I didn’t have to look at many before I found what I was searching for. Just long enough to read half a dozen moving and heart-wrenching epitaphs as I walked among the granite headstones. DEAREST HUSBAND, BELOVED GRANDMOTHER, MUCH LOVED FATHER. So much grief, so many tears, the frozen soil was saturated with sadness.
Jimmy’s grave was slightly to one side, clearly newer than its neighbors. The headstone was sparkling white marble that seemed to glow under the winter moon’s iridescence. I walked around and steadied myself for a moment before reading his inscription.
JIMMY BOYD
LOST TOO SOON AT 18 YEARS.
CHERISHED SON AND LOYAL FRIEND.
OUR LOVE FOR YOU WILL LIVE ON FOREVER.
A sob broke from me, so raw with grief it s
ounded more animal than human. I felt my knees buckle and I sank onto the cold grass beside his grave. I had come here hoping to voice all of my feelings, but none could reach the surface through the molten lava of pain. I had believed that over the years I had finally accepted Jimmy’s death, but I realized now that all I had done was put a thin plaster over a gaping wound. I was incapable of words, only able to rock slowly back and forth on my knees, repeating his name over and over again.

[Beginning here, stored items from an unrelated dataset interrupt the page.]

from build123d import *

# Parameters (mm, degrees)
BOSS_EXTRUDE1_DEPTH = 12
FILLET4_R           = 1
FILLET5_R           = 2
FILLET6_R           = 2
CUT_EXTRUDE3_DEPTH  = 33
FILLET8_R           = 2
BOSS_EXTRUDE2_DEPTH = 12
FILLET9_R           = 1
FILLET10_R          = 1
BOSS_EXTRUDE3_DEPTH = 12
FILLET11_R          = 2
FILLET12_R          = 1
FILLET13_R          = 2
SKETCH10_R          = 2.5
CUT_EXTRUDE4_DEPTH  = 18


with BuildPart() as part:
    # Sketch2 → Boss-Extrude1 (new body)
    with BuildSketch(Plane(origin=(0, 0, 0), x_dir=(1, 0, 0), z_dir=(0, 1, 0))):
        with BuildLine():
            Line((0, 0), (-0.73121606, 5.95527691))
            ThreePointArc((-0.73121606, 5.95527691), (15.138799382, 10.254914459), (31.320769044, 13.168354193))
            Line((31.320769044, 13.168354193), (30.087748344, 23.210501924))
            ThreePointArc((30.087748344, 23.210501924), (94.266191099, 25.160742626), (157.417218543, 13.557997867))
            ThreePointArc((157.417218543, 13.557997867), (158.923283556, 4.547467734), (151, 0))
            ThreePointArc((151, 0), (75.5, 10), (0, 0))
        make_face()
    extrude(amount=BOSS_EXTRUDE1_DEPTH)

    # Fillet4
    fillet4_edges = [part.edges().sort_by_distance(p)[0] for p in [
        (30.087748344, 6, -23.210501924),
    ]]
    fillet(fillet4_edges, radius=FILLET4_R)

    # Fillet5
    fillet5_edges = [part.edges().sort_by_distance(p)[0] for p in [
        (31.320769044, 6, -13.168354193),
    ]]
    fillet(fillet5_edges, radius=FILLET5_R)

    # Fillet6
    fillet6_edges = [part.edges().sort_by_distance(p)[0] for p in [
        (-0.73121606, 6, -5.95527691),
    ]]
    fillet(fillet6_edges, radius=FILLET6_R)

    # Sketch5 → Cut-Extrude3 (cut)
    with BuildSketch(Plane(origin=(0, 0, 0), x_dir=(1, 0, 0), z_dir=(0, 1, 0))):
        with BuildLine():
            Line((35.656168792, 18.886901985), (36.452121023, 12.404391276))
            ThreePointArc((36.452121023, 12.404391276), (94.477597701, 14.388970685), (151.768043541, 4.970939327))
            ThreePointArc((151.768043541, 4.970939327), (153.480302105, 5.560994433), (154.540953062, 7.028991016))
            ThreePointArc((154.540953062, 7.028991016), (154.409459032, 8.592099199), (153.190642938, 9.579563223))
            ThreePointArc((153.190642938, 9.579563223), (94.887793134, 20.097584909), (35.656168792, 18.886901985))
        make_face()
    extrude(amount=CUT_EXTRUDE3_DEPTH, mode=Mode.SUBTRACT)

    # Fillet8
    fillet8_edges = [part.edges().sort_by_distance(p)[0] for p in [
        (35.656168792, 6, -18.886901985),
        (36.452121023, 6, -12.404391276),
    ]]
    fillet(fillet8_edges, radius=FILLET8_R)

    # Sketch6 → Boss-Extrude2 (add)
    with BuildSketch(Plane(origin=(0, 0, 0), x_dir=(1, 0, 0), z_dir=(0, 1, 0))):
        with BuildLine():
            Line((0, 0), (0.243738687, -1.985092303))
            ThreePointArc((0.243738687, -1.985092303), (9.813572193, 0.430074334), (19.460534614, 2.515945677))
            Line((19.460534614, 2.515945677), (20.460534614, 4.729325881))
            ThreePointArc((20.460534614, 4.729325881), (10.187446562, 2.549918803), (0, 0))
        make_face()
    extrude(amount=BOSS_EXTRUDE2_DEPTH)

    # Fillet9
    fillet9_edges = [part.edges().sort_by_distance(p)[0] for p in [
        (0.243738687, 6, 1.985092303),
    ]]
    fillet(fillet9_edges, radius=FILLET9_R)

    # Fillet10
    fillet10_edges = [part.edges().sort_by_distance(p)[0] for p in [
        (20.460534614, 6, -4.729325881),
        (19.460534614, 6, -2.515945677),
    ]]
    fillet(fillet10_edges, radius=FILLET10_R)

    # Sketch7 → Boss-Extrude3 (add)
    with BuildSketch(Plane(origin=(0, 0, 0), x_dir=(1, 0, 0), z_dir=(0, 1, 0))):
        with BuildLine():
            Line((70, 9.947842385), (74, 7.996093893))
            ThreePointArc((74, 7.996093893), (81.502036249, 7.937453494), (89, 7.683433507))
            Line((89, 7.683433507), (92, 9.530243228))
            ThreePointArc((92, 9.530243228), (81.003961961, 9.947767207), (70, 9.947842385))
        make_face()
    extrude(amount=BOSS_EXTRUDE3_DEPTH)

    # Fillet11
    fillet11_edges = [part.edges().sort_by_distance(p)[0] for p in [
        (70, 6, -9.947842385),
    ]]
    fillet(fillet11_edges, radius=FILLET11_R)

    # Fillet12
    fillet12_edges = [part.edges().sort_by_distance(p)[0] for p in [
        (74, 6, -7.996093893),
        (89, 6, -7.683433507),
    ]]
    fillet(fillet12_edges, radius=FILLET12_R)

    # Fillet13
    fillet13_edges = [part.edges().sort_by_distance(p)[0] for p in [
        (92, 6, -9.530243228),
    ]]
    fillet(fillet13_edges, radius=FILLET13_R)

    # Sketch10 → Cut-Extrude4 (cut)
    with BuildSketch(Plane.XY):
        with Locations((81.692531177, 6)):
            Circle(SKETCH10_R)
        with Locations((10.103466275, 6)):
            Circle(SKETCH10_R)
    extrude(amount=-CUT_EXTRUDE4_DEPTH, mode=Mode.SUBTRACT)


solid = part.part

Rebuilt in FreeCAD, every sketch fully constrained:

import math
import FreeCAD as App
import Part
import Sketcher
from FreeCAD import Vector
Q = App.Units.Quantity


def edges_at(feature, points):
    """Names of the edges that pass closest to the given points."""
    edges = feature.Shape.Edges
    near = lambda p: min(range(len(edges)), key=lambda i: edges[i].distToShape(Part.Vertex(*p))[0])
    return sorted({f"Edge{near(p) + 1}" for p in points})

doc = App.newDocument("Part")
params = doc.addObject("Spreadsheet::Sheet", "Params")
for row, (alias, value) in enumerate([
    ("sketch1_radius", "8 mm"),
    ("sketch1_length", "6 mm"),
    ("pad1_length", "12 mm"),
    ("fillet_radius", "1 mm"),
    ("fillet2_radius", "2 mm"),
    ("fillet3_radius", "2 mm"),
    ("sketch2_radius", "3 mm"),
    ("sketch2_radius2", "2 mm"),
    ("pocket1_length", "33 mm"),
    ("fillet4_radius", "2 mm"),
    ("sketch3_length", "2 mm"),
    ("pad2_length", "12 mm"),
    ("fillet5_radius", "1 mm"),
    ("fillet6_radius", "1 mm"),
    ("pad3_length", "12 mm"),
    ("fillet7_radius", "2 mm"),
    ("fillet8_radius", "1 mm"),
    ("fillet9_radius", "2 mm"),
    ("sketch5_diameter", "5 mm"),
    ("pocket2_length", "18 mm"),
], start=1):
    params.set(f"A{row}", alias)
    params.set(f"B{row}", "=" + value)
    params.setAlias(f"B{row}", alias)

body = doc.addObject("PartDesign::Body", "Body")

# Sketch on XZ plane
sketch1 = doc.addObject("Sketcher::SketchObject", "Sketch")
body.addObject(sketch1)
sketch1.AttachmentSupport = (doc.XZ_Plane, [""])
sketch1.MapMode = "FlatFace"
sketch1.addGeometry([
    Part.LineSegment(Vector(-1, -6, 0), Vector(0, 0, 0)),  # 0
    Part.ArcOfCircle(Part.Circle(Vector(76, 280, 0), Vector(0, 0, 1), 290), math.radians(-105), math.radians(-75)),  # 1
    Part.ArcOfCircle(Part.Circle(Vector(152, -8, 0), Vector(0, 0, 1), 8), math.radians(-44), math.radians(95)),  # 2
    Part.ArcOfCircle(Part.Circle(Vector(71, 277, 0), Vector(0, 0, 1), 303), math.radians(-98), math.radians(-74)),  # 3
    Part.LineSegment(Vector(30, -23, 0), Vector(31, -13, 0)),  # 4
    Part.ArcOfCircle(Part.Circle(Vector(57, 175, 0), Vector(0, 0, 1), 190), math.radians(-107.64), math.radians(-97.73)),  # 5
], False)
sketch1.addConstraint([
    Sketcher.Constraint("Coincident", 0, 2, 1, 1),
    Sketcher.Constraint("Coincident", 1, 2, 2, 2),
    Sketcher.Constraint("Coincident", 2, 1, 3, 2),
    Sketcher.Constraint("Coincident", 3, 1, 4, 1),
    Sketcher.Constraint("Coincident", 4, 2, 5, 2),
    Sketcher.Constraint("Coincident", 5, 1, 0, 1),
    Sketcher.Constraint("Coincident", 0, 2, -1, 1),
    Sketcher.Constraint("PointOnObject", 1, 2, -1),
    Sketcher.Constraint("Parallel", 0, 4),
    Sketcher.Constraint("Radius", 2, 8.0),
    Sketcher.Constraint("Angle", 0, Q("83 deg")),
    Sketcher.Constraint("Distance", 0, 6.0),
    Sketcher.Constraint("DistanceX", -1, 1, 1, 2, 151.0),
    Sketcher.Constraint("Radius", 1, 290.0125),
    Sketcher.Constraint("Radius", 3, 303.319205),
    Sketcher.Constraint("Radius", 5, 190.267272),
    Sketcher.Constraint("DistanceY", 3, 1, -1, 1, 23.210502),
    Sketcher.Constraint("DistanceX", -1, 1, 2, 3, 151.692351),
    Sketcher.Constraint("DistanceY", -1, 1, 3, 3, 277.290652),
    Sketcher.Constraint("DistanceY", -1, 1, 5, 3, 175.36998),
    Sketcher.Constraint("DistanceX", -1, 1, 2, 1, 157.417219),
])
sketch1.setExpression("Constraints[9]", "Params.sketch1_radius")
sketch1.setExpression("Constraints[11]", "Params.sketch1_length")
pad1 = doc.addObject("PartDesign::Pad", "Pad")
body.addObject(pad1)
pad1.Profile = sketch1
pad1.setExpression("Length", "Params.pad1_length")
pad1.Reversed = True
doc.recompute()

fillet = doc.addObject("PartDesign::Fillet", "Fillet")
body.addObject(fillet)
fillet.Base = (pad1, edges_at(pad1, [(30.088, 6, -23.211)]))
fillet.setExpression("Radius", "Params.fillet_radius")
doc.recompute()

fillet2 = doc.addObject("PartDesign::Fillet", "Fillet001")
body.addObject(fillet2)
fillet2.Base = (fillet, edges_at(fillet, [(31.321, 6, -13.168)]))
fillet2.setExpression("Radius", "Params.fillet2_radius")
doc.recompute()

fillet3 = doc.addObject("PartDesign::Fillet", "Fillet002")
body.addObject(fillet3)
fillet3.Base = (fillet2, edges_at(fillet2, [(-0.731, 6, -5.955)]))
fillet3.setExpression("Radius", "Params.fillet3_radius")

# Sketch on XZ plane
sketch2 = doc.addObject("Sketcher::SketchObject", "Sketch001")
body.addObject(sketch2)
sketch2.AttachmentSupport = (doc.XZ_Plane, [""])
sketch2.MapMode = "FlatFace"
sketch2.addGeometry([
    Part.LineSegment(Vector(35.7, -18.9, 0), Vector(36.5, -12.4, 0)),  # 0
    Part.ArcOfCircle(Part.Circle(Vector(75.5, 280, 0), Vector(0, 0, 1), 295), math.radians(-98), math.radians(-75)),  # 1
    Part.ArcOfCircle(Part.Circle(Vector(151.7, -8, 0), Vector(0, 0, 1), 3), math.radians(18), math.radians(89)),  # 2
    Part.ArcOfCircle(Part.Circle(Vector(152.6, -7.7, 0), Vector(0, 0, 1), 2), math.radians(-74), math.radians(18)),  # 3
    Part.ArcOfCircle(Part.Circle(Vector(71.3, 277.3, 0), Vector(0, 0, 1), 298.3), math.radians(-97), math.radians(-74)),  # 4
], False)
sketch2.addConstraint([
    Sketcher.Constraint("Coincident", 0, 2, 1, 1),
    Sketcher.Constraint("Coincident", 1, 2, 2, 2),
    Sketcher.Constraint("Tangent", 2, 1, 3, 2),
    Sketcher.Constraint("Tangent", 3, 1, 4, 2),
    Sketcher.Constraint("Coincident", 4, 1, 0, 1),
    Sketcher.Constraint("Radius", 2, 3.0),
    Sketcher.Constraint("Radius", 3, 2.0),
    Sketcher.Constraint("Angle", 0, Q("83 deg")),
    Sketcher.Constraint("DistanceX", -1, 1, 1, 3, 75.5),
    Sketcher.Constraint("Radius", 1, 295.0125),
    Sketcher.Constraint("Radius", 4, 298.319205),
    Sketcher.Constraint("DistanceY", -1, 1, 1, 3, 280.0125),
    Sketcher.Constraint("DistanceY", 4, 1, -1, 1, 18.886902),
    Sketcher.Constraint("DistanceX", 2, 3, 2, 1, 2.848602),
    Sketcher.Constraint("DistanceY", 0, 2, 2, 1, 5.3754),
    Sketcher.Constraint("DistanceX", 1, 2, 3, 1, 1.422599),
    Sketcher.Constraint("DistanceX", -1, 1, 2, 3, 151.692351),
])
sketch2.setExpression("Constraints[5]", "Params.sketch2_radius")
sketch2.setExpression("Constraints[6]", "Params.sketch2_radius2")
pocket1 = doc.addObject("PartDesign::Pocket", "Pocket")
body.addObject(pocket1)
pocket1.Profile = sketch2
pocket1.setExpression("Length", "Params.pocket1_length")
doc.recompute()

It was too painful. I wasn’t strong enough, either physically or emotionally, to cope with this grief tonight. It was madness to have come. Still hiccupping soft sorrowful sobs, I started to get to my feet and then swayed forward, only stopping myself from falling by flinging out my hand onto the ice-slick turf. My head felt suddenly strange, too heavy for my neck to hold. Then, giving a small helpless cry, my supporting arm gave way and I fell forward onto the cold, unyielding ground beside the grave.
The pain from my head now encompassed my entire neck and shoulders, and I wondered if I had somehow struck myself on a rock when I fell. But the cold grass beneath my cheek was clear of any obstruction. Very slowly, trying to minimize each movement of my head, I inched back my arms until both hands were flat on the soil on either side of me. I tried to lever myself up but my quivering forearms would not comply. After several abortive attempts, I realized I wasn’t going to be able to get to my feet that way.
Suddenly the danger I was in was terrifyingly obvious. I was lying, sick and virtually immobile, in a deserted graveyard. No one knew I was here; no one was going to miss me—not until the morning at least. I could die here. The thought, so terrifying, managed to pierce through the viselike pain in my head. I had no idea how long it took to die of exposure, or hypothermia. But I did know that I wasn’t going to give up and lie down to die beside the boy who’d lost his life while saving mine.
Trying to ignore the agony in my head, I tried to roll gently onto my side. My progress was slow, each movement sending a paralyzing spasm from my neck. I stopped several times to gather my breath, finding the strength to continue not in my desire to live, but in the knowledge of what losing me would do to my father.